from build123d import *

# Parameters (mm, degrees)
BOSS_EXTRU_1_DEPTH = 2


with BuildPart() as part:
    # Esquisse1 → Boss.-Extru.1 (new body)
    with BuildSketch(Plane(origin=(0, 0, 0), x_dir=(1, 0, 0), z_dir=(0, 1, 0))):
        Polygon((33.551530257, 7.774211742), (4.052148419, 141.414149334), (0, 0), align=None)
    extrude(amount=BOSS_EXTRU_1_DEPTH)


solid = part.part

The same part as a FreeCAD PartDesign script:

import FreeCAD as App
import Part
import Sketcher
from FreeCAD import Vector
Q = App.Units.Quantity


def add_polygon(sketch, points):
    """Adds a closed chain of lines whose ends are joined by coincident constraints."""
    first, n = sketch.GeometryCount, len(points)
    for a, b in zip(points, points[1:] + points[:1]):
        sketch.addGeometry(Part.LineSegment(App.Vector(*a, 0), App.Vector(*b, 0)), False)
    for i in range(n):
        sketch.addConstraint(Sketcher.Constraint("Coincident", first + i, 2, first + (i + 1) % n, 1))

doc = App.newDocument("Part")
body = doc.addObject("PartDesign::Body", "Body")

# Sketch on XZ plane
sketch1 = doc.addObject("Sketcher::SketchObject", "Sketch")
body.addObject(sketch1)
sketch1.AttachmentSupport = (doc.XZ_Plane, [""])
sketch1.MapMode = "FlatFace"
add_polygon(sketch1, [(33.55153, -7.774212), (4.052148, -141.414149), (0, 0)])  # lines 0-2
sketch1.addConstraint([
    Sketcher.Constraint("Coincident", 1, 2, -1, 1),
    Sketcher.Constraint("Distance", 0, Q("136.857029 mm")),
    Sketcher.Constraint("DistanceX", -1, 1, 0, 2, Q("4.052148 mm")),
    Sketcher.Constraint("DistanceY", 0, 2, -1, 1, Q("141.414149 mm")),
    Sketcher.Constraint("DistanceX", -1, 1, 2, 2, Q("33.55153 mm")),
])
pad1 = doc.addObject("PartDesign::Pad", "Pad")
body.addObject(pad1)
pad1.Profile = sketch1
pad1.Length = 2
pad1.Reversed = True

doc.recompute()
---
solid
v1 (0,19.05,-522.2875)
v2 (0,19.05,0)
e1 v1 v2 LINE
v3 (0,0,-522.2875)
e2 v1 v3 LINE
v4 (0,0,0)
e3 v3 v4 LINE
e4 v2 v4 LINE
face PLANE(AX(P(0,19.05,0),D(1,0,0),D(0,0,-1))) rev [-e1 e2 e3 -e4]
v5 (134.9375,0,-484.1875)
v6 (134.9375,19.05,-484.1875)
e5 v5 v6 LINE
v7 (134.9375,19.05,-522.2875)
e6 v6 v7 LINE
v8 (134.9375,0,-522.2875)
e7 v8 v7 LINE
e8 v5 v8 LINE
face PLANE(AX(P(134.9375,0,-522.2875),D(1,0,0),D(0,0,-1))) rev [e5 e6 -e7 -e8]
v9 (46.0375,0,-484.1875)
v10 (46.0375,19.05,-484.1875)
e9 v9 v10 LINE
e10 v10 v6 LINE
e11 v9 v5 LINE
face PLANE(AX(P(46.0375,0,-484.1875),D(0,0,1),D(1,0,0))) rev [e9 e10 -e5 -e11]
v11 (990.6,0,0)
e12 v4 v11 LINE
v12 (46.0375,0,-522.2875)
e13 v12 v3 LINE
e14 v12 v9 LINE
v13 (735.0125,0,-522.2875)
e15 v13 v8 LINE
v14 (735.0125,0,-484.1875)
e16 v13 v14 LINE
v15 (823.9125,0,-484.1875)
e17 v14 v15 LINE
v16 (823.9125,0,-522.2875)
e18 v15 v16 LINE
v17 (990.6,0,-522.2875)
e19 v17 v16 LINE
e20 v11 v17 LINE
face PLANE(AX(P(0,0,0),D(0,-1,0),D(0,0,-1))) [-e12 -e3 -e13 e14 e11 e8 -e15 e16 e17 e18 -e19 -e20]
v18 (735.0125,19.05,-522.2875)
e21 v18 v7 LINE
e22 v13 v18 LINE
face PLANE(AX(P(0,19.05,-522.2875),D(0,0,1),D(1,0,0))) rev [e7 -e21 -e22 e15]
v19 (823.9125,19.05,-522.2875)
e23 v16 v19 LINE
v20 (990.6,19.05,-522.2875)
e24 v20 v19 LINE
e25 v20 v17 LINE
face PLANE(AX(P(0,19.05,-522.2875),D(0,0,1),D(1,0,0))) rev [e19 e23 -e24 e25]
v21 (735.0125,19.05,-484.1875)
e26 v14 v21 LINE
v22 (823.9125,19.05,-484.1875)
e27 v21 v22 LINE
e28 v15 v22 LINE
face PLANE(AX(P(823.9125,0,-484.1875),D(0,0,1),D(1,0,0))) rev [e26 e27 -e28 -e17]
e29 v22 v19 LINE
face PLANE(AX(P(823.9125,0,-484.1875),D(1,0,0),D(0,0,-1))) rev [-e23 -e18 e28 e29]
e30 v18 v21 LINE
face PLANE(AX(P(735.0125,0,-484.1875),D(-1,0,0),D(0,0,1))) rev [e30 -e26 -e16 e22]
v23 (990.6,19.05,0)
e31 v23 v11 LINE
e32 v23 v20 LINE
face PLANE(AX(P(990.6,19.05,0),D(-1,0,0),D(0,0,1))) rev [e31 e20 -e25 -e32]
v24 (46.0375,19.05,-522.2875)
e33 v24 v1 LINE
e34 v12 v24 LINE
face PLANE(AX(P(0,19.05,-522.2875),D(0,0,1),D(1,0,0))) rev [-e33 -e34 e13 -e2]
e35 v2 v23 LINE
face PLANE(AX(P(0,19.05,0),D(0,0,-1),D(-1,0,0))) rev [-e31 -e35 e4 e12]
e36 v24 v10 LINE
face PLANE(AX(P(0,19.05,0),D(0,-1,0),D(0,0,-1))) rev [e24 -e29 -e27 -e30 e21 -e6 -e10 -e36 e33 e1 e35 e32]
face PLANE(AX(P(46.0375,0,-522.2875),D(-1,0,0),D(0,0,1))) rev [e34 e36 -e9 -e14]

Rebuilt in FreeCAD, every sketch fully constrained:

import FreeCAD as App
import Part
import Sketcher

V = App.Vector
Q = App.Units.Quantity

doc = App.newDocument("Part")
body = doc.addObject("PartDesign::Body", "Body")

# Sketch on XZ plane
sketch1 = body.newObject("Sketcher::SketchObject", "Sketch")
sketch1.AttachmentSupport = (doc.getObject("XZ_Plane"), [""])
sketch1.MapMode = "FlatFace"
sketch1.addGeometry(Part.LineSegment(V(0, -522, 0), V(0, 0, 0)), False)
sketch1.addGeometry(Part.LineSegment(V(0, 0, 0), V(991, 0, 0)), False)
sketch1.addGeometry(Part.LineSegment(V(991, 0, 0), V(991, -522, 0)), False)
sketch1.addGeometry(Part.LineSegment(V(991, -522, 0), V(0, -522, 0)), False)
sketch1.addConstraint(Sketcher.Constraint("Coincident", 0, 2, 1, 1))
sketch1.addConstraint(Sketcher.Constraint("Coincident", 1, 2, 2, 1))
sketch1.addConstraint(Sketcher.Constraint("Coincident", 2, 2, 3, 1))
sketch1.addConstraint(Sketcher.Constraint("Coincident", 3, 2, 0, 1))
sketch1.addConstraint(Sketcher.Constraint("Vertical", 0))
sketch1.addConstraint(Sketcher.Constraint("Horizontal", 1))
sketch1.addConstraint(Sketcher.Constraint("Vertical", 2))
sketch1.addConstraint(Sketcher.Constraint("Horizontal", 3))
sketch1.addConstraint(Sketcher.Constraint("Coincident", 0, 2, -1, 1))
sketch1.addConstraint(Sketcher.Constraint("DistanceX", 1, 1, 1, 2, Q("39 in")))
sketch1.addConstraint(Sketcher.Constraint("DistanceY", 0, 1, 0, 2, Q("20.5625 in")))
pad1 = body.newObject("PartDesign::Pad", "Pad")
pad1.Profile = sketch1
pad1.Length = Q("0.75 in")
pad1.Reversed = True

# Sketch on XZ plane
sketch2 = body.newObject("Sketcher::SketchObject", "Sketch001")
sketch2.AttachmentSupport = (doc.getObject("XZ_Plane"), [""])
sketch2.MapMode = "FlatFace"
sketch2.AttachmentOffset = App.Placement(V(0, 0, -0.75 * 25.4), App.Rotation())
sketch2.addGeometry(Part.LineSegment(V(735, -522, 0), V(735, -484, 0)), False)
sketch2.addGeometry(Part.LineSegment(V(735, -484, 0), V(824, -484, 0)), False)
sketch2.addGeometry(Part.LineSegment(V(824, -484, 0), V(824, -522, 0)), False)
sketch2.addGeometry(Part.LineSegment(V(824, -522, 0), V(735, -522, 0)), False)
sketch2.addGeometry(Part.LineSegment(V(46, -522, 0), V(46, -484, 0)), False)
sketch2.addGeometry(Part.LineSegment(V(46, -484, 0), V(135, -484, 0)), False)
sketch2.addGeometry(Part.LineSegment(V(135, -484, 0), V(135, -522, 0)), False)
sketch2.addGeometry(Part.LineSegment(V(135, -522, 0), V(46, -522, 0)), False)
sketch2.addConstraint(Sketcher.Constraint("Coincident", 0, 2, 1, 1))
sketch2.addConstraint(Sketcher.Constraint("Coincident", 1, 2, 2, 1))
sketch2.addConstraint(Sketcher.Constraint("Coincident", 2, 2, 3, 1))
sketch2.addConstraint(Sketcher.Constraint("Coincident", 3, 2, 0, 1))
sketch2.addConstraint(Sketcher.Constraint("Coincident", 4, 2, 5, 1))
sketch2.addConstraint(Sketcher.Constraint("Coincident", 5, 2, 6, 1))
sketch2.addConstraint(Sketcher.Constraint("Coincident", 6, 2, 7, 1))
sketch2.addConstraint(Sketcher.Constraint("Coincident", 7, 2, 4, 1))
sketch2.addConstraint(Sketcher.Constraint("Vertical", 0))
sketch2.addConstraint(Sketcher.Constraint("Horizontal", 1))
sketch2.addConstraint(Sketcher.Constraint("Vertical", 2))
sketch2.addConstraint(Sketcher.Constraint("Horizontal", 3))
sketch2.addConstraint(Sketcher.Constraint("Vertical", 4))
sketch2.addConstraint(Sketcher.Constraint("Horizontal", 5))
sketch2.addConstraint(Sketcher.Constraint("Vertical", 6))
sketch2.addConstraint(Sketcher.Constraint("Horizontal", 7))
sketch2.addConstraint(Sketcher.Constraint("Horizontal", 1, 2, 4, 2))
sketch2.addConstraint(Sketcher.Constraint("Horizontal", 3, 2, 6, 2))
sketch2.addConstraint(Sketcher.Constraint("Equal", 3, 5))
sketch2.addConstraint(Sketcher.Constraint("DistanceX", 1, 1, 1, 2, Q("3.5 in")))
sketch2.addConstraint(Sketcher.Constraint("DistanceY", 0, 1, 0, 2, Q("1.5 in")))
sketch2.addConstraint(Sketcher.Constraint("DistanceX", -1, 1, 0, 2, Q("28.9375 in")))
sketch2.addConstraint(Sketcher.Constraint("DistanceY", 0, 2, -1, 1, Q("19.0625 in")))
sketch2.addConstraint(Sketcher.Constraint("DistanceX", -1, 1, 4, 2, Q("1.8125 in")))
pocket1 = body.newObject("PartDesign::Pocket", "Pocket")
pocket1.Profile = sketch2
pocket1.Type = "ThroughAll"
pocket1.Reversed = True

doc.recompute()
---
**Task prompt:** Scan the entries above for the line containing "v1 (0,19.05,-522.2875)", and copy it and all lines after it exactly, down to and including the line containing "e14 v12 v9 LINE".

**Exercise solution:**
v1 (0,19.05,-522.2875)
v2 (0,19.05,0)
e1 v1 v2 LINE
v3 (0,0,-522.2875)
e2 v1 v3 LINE
v4 (0,0,0)
e3 v3 v4 LINE
e4 v2 v4 LINE
face PLANE(AX(P(0,19.05,0),D(1,0,0),D(0,0,-1))) rev [-e1 e2 e3 -e4]
v5 (134.9375,0,-484.1875)
v6 (134.9375,19.05,-484.1875)
e5 v5 v6 LINE
v7 (134.9375,19.05,-522.2875)
e6 v6 v7 LINE
v8 (134.9375,0,-522.2875)
e7 v8 v7 LINE
e8 v5 v8 LINE
face PLANE(AX(P(134.9375,0,-522.2875),D(1,0,0),D(0,0,-1))) rev [e5 e6 -e7 -e8]
v9 (46.0375,0,-484.1875)
v10 (46.0375,19.05,-484.1875)
e9 v9 v10 LINE
e10 v10 v6 LINE
e11 v9 v5 LINE
face PLANE(AX(P(46.0375,0,-484.1875),D(0,0,1),D(1,0,0))) rev [e9 e10 -e5 -e11]
v11 (990.6,0,0)
e12 v4 v11 LINE
v12 (46.0375,0,-522.2875)
e13 v12 v3 LINE
e14 v12 v9 LINE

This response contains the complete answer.